Народ давно разошелся; становилось холодно, и, мельком взглянув на распятых, Бен-Товит взял Самуила под руку и осторожно повернул его к дому. Он чувствовал себя особенно красноречивым, и ему хотелось досказать о зубной боли. Так шли они, и Бен-Товит под сочувственные кивки и возгласы Самуила делал страдальческое лицо, мотал головой и искусно стонал, – а из глубоких ущелий, с далеких обожженных равнин поднималась черная ночь. Как будто хотела она сокрыть от взоров неба великое злодеяние земли.
Марсельеза
Это было ничтожество: душа зайца и бесстыдная терпеливость рабочего скота. Когда судьба насмешливо и злобно бросила его в наши черные ряды, мы смеялись, как сумасшедшие: ведь бывают же такие смешные, такие нелепые ошибки. А он – он, конечно, плакал. Я никогда в жизни не встречал человека, у которого было бы так много слез, и они текли бы так охотно – из глаз, из носа, изо рта. Точно губка, пропитанная водою и зажатая в кулак. И в наших рядах я видел плачущих мужчин, но их слезы были огонь, от которого бежали дикие звери. От этих мужественных слез старело лицо и молодели глаза: как лава, исторгнутая из раскаленных недр земли, они выжигали неизгладимые следы и хоронили под собою целые города ничтожных желаний и мелких забот. А у этого, когда он поплачет, только краснел его носик да намокал платочек. Вероятно, он сушил его потом на веревочке, иначе откуда набрал бы он столько платков?
И во все дни изгнания он таскался к начальникам, ко всем начальникам, какие только были и каких он мог придумать, кланялся, плакал, клялся в своей невиновности, умолял пожалеть его молодость, давал обещания на всю жизнь не открывать рта иначе, как для просьб и славословий. И те смеялись над ним, как и мы, и называли его «Маленькая несчастная свинья», и кричали ему:
– Эй ты, маленькая свинья!
И он послушно бежал на зов: он думал каждый раз услышать весть о возвращении на родину, а они только шутили. Они знали, как и мы, что он не виновен, но его муками они думали напугать других маленьких свиней, – как будто и так не достаточно трусливы они!
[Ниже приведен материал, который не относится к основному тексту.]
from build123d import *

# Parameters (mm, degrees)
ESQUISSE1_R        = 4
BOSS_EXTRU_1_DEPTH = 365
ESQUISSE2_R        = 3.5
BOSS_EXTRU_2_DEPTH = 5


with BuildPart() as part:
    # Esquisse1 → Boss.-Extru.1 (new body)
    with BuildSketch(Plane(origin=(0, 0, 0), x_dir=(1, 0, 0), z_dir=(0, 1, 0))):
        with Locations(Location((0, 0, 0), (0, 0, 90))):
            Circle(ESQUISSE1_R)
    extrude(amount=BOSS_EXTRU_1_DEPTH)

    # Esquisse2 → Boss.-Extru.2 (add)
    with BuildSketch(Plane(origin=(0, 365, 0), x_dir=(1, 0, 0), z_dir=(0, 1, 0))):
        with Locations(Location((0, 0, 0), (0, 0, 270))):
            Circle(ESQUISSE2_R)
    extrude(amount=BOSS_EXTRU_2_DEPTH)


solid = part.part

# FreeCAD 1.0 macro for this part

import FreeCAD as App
import Part
import Sketcher
from FreeCAD import Vector

doc = App.newDocument("Part")
params = doc.addObject("Spreadsheet::Sheet", "Params")
for row, (alias, value) in enumerate([
    ("sketch1_diameter", "8 mm"),
    ("pad1_length", "365 mm"),
    ("sketch2_diameter", "7 mm"),
    ("pad2_length", "5 mm"),
], start=1):
    params.set(f"A{row}", alias)
    params.set(f"B{row}", "=" + value)
    params.setAlias(f"B{row}", alias)

body = doc.addObject("PartDesign::Body", "Body")

sketch1 = doc.addObject("Sketcher::SketchObject", "Sketch")
body.addObject(sketch1)
sketch1.AttachmentSupport = (doc.XZ_Plane, [""])
sketch1.MapMode = "FlatFace"
sketch1.addGeometry(Part.Circle(Vector(0, 0, 0), Vector(0, 0, 1), 4), False)
sketch1.addConstraint([
    Sketcher.Constraint("Coincident", 0, 3, -1, 1),
    Sketcher.Constraint("Diameter", 0, 8.0),
])
sketch1.setExpression("Constraints[1]", "Params.sketch1_diameter")
pad1 = doc.addObject("PartDesign::Pad", "Pad")
body.addObject(pad1)
pad1.Profile = sketch1
pad1.setExpression("Length", "Params.pad1_length")
pad1.Reversed = True

sketch2 = doc.addObject("Sketcher::SketchObject", "Sketch001")
body.addObject(sketch2)
sketch2.AttachmentSupport = (doc.XZ_Plane, [""])
sketch2.MapMode = "FlatFace"
sketch2.AttachmentOffset = App.Placement(Vector(0, 0, -365), App.Rotation())
sketch2.addGeometry(Part.Circle(Vector(0, 0, 0), Vector(0, 0, 1), 3.5), False)
sketch2.addConstraint([
    Sketcher.Constraint("Coincident", 0, 3, -1, 1),
    Sketcher.Constraint("Diameter", 0, 7.0),
])
sketch2.setExpression("Constraints[1]", "Params.sketch2_diameter")
pad2 = doc.addObject("PartDesign::Pad", "Pad001")
body.addObject(pad2)
pad2.Profile = sketch2
pad2.setExpression("Length", "Params.pad2_length")
pad2.Reversed = True

doc.recompute()
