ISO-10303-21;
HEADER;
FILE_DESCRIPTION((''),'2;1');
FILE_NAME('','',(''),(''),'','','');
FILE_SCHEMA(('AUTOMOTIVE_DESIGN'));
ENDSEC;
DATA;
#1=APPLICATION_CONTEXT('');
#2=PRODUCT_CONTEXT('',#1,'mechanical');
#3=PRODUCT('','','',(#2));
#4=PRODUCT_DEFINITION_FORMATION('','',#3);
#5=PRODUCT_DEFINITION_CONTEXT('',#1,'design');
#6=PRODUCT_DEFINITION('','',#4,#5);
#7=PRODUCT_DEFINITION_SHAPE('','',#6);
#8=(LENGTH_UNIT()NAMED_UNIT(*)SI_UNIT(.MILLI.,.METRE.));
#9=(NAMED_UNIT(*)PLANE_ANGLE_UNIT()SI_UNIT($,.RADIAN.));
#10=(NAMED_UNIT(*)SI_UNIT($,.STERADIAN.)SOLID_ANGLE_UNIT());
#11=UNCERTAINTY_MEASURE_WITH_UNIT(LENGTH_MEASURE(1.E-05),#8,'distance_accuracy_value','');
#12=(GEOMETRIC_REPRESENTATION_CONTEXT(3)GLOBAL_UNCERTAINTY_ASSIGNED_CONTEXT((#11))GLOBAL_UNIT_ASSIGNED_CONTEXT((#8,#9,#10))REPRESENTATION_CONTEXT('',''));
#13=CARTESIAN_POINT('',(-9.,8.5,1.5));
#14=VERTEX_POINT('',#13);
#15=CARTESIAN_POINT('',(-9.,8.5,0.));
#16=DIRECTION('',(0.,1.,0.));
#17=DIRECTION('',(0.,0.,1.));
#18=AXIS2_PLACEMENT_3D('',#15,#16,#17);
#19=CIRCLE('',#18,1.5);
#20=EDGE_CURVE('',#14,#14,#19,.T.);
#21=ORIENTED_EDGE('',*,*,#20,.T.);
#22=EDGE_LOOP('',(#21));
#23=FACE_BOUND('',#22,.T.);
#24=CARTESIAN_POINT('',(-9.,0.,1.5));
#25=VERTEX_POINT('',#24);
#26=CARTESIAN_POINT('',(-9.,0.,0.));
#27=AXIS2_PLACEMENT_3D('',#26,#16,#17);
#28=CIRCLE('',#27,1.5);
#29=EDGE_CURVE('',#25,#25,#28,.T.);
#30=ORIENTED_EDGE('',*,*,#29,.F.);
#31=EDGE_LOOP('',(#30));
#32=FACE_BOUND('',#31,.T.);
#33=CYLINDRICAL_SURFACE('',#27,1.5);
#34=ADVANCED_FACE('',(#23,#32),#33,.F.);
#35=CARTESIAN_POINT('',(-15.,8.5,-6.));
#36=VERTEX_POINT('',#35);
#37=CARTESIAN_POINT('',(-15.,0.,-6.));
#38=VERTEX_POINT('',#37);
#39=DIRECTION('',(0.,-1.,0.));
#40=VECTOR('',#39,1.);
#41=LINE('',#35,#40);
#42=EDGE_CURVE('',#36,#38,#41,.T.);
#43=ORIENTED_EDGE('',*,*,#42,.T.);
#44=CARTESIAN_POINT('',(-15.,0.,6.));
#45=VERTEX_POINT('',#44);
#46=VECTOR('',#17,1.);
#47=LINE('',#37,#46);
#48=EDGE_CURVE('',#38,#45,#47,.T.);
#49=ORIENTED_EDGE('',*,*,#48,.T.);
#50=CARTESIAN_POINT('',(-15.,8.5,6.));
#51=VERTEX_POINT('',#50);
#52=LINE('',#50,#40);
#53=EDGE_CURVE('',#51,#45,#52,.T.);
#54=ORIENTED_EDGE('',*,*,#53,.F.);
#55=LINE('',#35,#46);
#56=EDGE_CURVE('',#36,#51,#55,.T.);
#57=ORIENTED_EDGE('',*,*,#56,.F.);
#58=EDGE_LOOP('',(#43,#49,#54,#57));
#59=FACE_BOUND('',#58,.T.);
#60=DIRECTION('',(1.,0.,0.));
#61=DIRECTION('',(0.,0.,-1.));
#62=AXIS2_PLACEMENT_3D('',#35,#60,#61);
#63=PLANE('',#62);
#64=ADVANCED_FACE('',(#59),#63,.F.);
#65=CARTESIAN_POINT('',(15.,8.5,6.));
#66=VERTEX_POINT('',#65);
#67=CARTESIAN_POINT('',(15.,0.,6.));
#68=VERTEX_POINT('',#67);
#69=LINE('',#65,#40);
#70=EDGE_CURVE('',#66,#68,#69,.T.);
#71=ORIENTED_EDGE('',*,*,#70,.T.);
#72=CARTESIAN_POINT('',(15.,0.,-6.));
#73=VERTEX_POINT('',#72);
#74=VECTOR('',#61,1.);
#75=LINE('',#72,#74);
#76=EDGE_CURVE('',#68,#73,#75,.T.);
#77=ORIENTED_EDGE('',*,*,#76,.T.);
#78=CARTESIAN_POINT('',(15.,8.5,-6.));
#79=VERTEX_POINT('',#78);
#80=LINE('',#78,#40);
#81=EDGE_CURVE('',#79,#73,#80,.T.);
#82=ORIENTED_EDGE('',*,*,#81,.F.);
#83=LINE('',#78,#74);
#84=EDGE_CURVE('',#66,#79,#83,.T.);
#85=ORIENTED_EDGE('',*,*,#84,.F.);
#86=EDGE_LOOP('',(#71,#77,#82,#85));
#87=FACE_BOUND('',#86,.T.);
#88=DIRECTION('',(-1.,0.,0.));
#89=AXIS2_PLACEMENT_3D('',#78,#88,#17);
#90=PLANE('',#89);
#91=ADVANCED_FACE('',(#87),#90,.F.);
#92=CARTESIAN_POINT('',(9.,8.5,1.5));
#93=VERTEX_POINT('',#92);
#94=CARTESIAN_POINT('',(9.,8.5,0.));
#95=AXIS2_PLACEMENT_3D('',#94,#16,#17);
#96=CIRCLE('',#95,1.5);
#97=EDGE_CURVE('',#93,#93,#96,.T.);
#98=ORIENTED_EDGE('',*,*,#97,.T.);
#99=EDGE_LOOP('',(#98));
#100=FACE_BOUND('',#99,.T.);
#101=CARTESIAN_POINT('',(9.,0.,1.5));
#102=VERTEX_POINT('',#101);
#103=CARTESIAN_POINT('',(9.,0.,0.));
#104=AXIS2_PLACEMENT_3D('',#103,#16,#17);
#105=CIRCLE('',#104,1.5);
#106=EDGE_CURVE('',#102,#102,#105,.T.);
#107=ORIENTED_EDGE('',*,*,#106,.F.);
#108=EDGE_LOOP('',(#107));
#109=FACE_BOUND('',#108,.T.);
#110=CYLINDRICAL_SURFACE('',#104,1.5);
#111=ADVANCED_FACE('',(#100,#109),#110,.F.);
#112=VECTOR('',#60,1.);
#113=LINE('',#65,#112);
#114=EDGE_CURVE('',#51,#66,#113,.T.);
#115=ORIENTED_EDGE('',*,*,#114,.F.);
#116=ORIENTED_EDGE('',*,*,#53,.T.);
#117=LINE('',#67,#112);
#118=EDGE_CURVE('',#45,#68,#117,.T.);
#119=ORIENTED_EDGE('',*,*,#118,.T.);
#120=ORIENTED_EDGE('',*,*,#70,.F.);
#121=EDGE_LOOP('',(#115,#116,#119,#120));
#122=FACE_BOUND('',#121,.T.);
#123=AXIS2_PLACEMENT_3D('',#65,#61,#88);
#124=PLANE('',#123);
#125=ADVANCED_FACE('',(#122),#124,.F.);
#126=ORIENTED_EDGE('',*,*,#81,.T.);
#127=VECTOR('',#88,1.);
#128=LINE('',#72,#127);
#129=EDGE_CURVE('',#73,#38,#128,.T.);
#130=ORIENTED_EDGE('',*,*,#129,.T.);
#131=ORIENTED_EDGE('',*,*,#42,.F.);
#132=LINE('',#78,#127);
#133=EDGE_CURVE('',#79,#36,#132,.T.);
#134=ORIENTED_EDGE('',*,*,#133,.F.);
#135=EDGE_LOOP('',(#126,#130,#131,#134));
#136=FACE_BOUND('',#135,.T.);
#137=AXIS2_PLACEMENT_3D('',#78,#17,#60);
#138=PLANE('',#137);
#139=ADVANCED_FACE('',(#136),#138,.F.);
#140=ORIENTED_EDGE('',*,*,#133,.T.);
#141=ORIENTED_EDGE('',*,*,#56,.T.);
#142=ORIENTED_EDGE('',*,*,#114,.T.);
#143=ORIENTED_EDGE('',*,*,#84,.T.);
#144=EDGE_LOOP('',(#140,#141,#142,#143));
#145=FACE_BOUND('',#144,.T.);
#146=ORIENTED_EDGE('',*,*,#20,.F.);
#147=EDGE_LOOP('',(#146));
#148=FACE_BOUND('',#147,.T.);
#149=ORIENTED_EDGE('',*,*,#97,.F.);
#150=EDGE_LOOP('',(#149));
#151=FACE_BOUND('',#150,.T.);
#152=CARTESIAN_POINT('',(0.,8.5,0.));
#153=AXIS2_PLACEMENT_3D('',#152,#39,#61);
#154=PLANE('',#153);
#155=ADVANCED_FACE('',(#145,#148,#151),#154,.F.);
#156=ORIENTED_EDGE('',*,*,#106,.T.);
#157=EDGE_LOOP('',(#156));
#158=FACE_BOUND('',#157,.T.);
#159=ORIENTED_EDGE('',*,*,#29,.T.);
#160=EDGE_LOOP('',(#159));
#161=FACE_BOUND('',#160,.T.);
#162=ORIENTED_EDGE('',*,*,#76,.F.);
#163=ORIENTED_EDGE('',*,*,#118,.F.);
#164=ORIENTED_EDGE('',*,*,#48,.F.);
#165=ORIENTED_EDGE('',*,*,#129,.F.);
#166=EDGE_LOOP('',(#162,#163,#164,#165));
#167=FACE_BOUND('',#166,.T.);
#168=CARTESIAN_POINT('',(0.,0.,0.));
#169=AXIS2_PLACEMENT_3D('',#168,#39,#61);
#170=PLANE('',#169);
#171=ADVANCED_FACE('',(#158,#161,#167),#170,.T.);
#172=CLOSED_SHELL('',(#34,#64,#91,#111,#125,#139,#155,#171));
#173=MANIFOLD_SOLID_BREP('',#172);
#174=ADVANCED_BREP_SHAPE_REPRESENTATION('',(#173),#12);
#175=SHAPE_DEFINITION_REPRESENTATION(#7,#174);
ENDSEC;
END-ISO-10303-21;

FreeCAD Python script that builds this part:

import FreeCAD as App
import Part
import Sketcher
from FreeCAD import Vector
Q = App.Units.Quantity


def add_polygon(sketch, points):
    """Adds a closed chain of lines whose ends are joined by coincident constraints."""
    first, n = sketch.GeometryCount, len(points)
    for a, b in zip(points, points[1:] + points[:1]):
        sketch.addGeometry(Part.LineSegment(App.Vector(*a, 0), App.Vector(*b, 0)), False)
    for i in range(n):
        sketch.addConstraint(Sketcher.Constraint("Coincident", first + i, 2, first + (i + 1) % n, 1))

doc = App.newDocument("Part")
body = doc.addObject("PartDesign::Body", "Body")

# Sketch on XZ plane
sketch1 = doc.addObject("Sketcher::SketchObject", "Sketch")
body.addObject(sketch1)
sketch1.AttachmentSupport = (doc.XZ_Plane, [""])
sketch1.MapMode = "FlatFace"
add_polygon(sketch1, [(-15, -6), (-15, 6), (15, 6), (15, -6)])  # lines 0-3
sketch1.addConstraint([
    Sketcher.Constraint("Vertical", 0),
    Sketcher.Constraint("Horizontal", 1),
    Sketcher.Constraint("Vertical", 2),
    Sketcher.Constraint("Horizontal", 3),
    Sketcher.Constraint("Symmetric", 0, 2, 2, 2, -1, 1),
    Sketcher.Constraint("DistanceX", 1, 1, 1, 2, Q("30 mm")),
    Sketcher.Constraint("DistanceY", 0, 1, 0, 2, Q("12 mm")),
])
pad1 = doc.addObject("PartDesign::Pad", "Pad")
body.addObject(pad1)
pad1.Profile = sketch1
pad1.Length = 8.5
pad1.Reversed = True

# Sketch on XZ plane
sketch2 = doc.addObject("Sketcher::SketchObject", "Sketch001")
body.addObject(sketch2)
sketch2.AttachmentSupport = (doc.XZ_Plane, [""])
sketch2.MapMode = "FlatFace"
sketch2.AttachmentOffset = App.Placement(Vector(0, 0, -8.5), App.Rotation())
sketch2.addGeometry([
    Part.Circle(Vector(-9, 0, 0), Vector(0, 0, 1), 1.5),
    Part.Circle(Vector(9, 0, 0), Vector(0, 0, 1), 1.5),
], False)
sketch2.addConstraint([
    Sketcher.Constraint("Equal", 0, 1),
    Sketcher.Constraint("Symmetric", 0, 3, 1, 3, -1, 1),
    Sketcher.Constraint("PointOnObject", 0, 3, -1),
    Sketcher.Constraint("Diameter", 0, Q("3 mm")),
    Sketcher.Constraint("DistanceX", 0, 3, -1, 1, Q("9 mm")),
])
pocket1 = doc.addObject("PartDesign::Pocket", "Pocket")
body.addObject(pocket1)
pocket1.Profile = sketch2
pocket1.Type = "ThroughAll"
pocket1.Reversed = True

doc.recompute()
Приходил он и к нам, гонимый животным страхом одиночества; но суровы и замкнуты были наши лица, и тщетно он искал ключа. Теряясь, он называл нас милыми товарищами и друзьями, а мы качали головой и говорили:
– Смотри! Тебя услышат.
И он позволял себе глядеть на дверь, эта маленькая свинья. Ну разве можно было сохранить серьезность! И мы смеялись отвыкшими от смеха голосами, а он, ободренный и утешенный, присаживался ближе и рассказывал и плакал о своих любимых книжечках, оставшихся на столе, о своей мамаше и братцах, о которых он не знает, живы они или уже умерли от страха и тоски.
Под конец мы его выгоняли.
Когда началась голодовка, его охватил ужас – невыразимо-комичный ужас. Ведь он очень любил покушать, бедная свинья, и он очень боялся милых товарищей, и очень боялся начальников: растерянно бродил он среди нас и часто вытирал платком лоб, на котором выступило что-то – слезы или пот. И нерешительно спросил меня:
– Вы долго будете голодать?
– Долго, – сурово ответил я.
– А потихоньку вы ничего не будете есть?
– Мамаши будут присылать нам пирожков, – серьезно согласился я.